• [TASK TO CARRY OUT]:
Reproduce, with no changes, the line that contains "#122=ADVANCED_FACE('',(#119),#121,.F.);" and all the lines that come after it in the records.

*** SUPPLIED MATERIAL Section Begins ***

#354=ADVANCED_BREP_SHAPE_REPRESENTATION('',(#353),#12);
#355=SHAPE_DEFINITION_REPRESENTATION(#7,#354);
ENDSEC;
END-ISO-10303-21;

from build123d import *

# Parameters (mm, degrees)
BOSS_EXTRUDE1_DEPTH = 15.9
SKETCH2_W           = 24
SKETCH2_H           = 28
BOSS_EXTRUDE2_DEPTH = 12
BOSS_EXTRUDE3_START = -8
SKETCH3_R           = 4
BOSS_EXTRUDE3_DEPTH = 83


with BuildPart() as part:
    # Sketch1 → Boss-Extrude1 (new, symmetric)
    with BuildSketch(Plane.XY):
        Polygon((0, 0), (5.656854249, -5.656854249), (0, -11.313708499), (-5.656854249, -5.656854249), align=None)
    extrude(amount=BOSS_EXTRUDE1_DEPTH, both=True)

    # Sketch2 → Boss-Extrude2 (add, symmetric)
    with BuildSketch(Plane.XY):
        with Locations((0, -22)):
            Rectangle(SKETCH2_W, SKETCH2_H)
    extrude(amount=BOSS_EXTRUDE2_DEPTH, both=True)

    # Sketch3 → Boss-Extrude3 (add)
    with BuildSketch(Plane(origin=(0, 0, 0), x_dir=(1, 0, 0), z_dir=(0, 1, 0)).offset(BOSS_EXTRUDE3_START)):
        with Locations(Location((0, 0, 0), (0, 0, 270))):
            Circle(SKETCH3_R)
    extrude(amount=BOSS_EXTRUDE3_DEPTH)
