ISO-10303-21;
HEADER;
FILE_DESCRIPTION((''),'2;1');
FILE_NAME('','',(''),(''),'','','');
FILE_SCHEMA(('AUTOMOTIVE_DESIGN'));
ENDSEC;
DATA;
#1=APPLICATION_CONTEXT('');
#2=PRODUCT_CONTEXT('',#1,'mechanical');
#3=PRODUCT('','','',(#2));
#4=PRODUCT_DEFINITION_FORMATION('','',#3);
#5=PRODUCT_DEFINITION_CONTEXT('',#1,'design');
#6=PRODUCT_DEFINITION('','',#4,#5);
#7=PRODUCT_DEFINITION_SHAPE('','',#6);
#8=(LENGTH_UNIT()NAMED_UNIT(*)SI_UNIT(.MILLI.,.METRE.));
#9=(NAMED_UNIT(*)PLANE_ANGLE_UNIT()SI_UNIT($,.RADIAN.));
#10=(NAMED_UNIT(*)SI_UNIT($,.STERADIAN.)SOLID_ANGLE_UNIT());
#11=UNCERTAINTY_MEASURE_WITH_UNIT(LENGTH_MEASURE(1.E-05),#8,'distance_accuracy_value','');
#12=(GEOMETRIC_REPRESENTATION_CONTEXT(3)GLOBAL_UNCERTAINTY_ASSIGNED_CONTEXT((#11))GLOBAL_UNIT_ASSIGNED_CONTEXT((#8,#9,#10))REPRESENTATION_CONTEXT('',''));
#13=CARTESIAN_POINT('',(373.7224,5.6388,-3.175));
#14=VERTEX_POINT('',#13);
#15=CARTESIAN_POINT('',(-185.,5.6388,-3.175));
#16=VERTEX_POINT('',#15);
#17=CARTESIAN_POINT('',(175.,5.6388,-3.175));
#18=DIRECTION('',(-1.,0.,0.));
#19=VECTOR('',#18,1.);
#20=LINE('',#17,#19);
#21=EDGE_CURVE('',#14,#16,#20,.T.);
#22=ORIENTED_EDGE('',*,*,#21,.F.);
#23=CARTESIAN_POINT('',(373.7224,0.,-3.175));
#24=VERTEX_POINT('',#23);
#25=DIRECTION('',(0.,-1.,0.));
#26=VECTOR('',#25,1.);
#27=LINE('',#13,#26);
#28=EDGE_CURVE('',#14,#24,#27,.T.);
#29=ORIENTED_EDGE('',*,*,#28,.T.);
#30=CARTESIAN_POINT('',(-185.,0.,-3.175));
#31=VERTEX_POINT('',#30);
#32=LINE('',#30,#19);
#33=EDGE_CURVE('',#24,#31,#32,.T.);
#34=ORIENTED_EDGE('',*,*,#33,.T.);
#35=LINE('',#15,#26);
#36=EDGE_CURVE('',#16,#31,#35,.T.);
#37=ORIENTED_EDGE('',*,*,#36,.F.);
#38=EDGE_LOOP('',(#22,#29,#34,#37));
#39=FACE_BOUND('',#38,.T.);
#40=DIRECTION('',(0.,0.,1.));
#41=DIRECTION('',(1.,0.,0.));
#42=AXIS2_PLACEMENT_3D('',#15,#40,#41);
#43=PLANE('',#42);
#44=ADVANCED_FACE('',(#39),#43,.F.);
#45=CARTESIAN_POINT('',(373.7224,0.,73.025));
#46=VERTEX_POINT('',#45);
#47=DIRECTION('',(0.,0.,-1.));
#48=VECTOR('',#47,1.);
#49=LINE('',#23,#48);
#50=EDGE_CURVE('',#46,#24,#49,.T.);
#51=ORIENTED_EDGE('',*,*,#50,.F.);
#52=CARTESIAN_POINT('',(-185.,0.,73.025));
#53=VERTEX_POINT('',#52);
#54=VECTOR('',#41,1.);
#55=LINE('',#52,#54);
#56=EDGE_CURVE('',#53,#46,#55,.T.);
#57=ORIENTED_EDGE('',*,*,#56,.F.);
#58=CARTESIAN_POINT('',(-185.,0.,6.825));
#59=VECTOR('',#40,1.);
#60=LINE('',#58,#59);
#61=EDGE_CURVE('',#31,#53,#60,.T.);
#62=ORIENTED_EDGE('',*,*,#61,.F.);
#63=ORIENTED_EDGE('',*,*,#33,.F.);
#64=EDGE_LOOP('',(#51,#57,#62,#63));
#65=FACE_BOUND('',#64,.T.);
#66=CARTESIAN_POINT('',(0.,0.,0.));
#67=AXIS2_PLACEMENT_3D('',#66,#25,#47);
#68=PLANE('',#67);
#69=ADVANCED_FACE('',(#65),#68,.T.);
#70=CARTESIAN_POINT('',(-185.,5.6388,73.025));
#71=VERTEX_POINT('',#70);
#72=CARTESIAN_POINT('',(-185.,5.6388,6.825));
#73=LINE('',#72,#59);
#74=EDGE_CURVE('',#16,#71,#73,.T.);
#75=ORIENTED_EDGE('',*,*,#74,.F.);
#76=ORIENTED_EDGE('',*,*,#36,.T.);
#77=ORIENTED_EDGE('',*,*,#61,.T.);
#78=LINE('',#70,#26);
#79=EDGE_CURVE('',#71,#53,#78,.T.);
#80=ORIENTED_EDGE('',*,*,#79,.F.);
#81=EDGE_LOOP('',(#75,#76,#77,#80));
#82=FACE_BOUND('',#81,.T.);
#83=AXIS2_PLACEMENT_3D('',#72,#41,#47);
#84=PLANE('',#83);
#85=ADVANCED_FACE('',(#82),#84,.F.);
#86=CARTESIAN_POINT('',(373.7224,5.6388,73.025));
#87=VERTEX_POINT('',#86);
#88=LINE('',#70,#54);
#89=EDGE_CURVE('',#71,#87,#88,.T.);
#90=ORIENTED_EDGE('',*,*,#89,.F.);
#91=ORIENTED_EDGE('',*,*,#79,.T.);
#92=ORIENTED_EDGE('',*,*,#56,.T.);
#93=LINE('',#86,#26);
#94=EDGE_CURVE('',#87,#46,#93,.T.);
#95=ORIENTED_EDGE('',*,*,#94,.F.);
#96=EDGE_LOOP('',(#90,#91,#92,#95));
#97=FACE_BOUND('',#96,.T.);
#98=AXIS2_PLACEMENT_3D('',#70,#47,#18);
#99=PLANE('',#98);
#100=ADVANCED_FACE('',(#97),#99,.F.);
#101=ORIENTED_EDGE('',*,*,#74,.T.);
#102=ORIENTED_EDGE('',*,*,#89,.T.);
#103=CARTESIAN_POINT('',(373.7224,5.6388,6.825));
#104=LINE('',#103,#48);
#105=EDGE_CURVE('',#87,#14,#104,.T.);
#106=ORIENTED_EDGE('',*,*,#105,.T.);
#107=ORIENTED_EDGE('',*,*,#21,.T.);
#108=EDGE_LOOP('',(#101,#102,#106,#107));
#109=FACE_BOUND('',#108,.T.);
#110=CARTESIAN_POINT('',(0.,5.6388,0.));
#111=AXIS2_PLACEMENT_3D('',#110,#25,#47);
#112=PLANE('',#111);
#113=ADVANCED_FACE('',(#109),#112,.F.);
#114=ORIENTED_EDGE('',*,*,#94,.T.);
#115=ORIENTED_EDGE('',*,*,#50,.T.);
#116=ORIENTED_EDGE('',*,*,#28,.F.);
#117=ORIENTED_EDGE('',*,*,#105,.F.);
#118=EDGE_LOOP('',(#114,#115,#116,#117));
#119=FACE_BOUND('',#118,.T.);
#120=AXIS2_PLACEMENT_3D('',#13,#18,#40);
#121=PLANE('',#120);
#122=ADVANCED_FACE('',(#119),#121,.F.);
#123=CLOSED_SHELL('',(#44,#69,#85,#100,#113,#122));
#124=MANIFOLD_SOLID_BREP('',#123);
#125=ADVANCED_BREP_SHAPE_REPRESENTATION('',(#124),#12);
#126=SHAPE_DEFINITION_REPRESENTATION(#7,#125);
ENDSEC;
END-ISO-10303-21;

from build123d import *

# Parameters (mm, degrees)
BOSS_EXTRUDE1_DEPTH = 5.6388


with BuildPart() as part:
    # Sketch1 → Boss-Extrude1 (new body)
    with BuildSketch(Plane(origin=(0, 0, 0), x_dir=(1, 0, 0), z_dir=(0, 1, 0))):
        Polygon((-185, -73.025), (373.7224, -73.025), (373.7224, -6.825), (373.7224, 3.175), (175, 3.175), (-175, 3.175), (-185, 3.175), (-185, -6.825), align=None)
    extrude(amount=BOSS_EXTRUDE1_DEPTH)


solid = part.part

*** SUPPLIED MATERIAL Section Ends ***

• [COMPLETED EXERCISE]:
#122=ADVANCED_FACE('',(#119),#121,.F.);
#123=CLOSED_SHELL('',(#44,#69,#85,#100,#113,#122));
#124=MANIFOLD_SOLID_BREP('',#123);
#125=ADVANCED_BREP_SHAPE_REPRESENTATION('',(#124),#12);
#126=SHAPE_DEFINITION_REPRESENTATION(#7,#125);
ENDSEC;
END-ISO-10303-21;

from build123d import *

# Parameters (mm, degrees)
BOSS_EXTRUDE1_DEPTH = 5.6388


with BuildPart() as part:
    # Sketch1 → Boss-Extrude1 (new body)
    with BuildSketch(Plane(origin=(0, 0, 0), x_dir=(1, 0, 0), z_dir=(0, 1, 0))):
        Polygon((-185, -73.025), (373.7224, -73.025), (373.7224, -6.825), (373.7224, 3.175), (175, 3.175), (-175, 3.175), (-185, 3.175), (-185, -6.825), align=None)
    extrude(amount=BOSS_EXTRUDE1_DEPTH)


solid = part.part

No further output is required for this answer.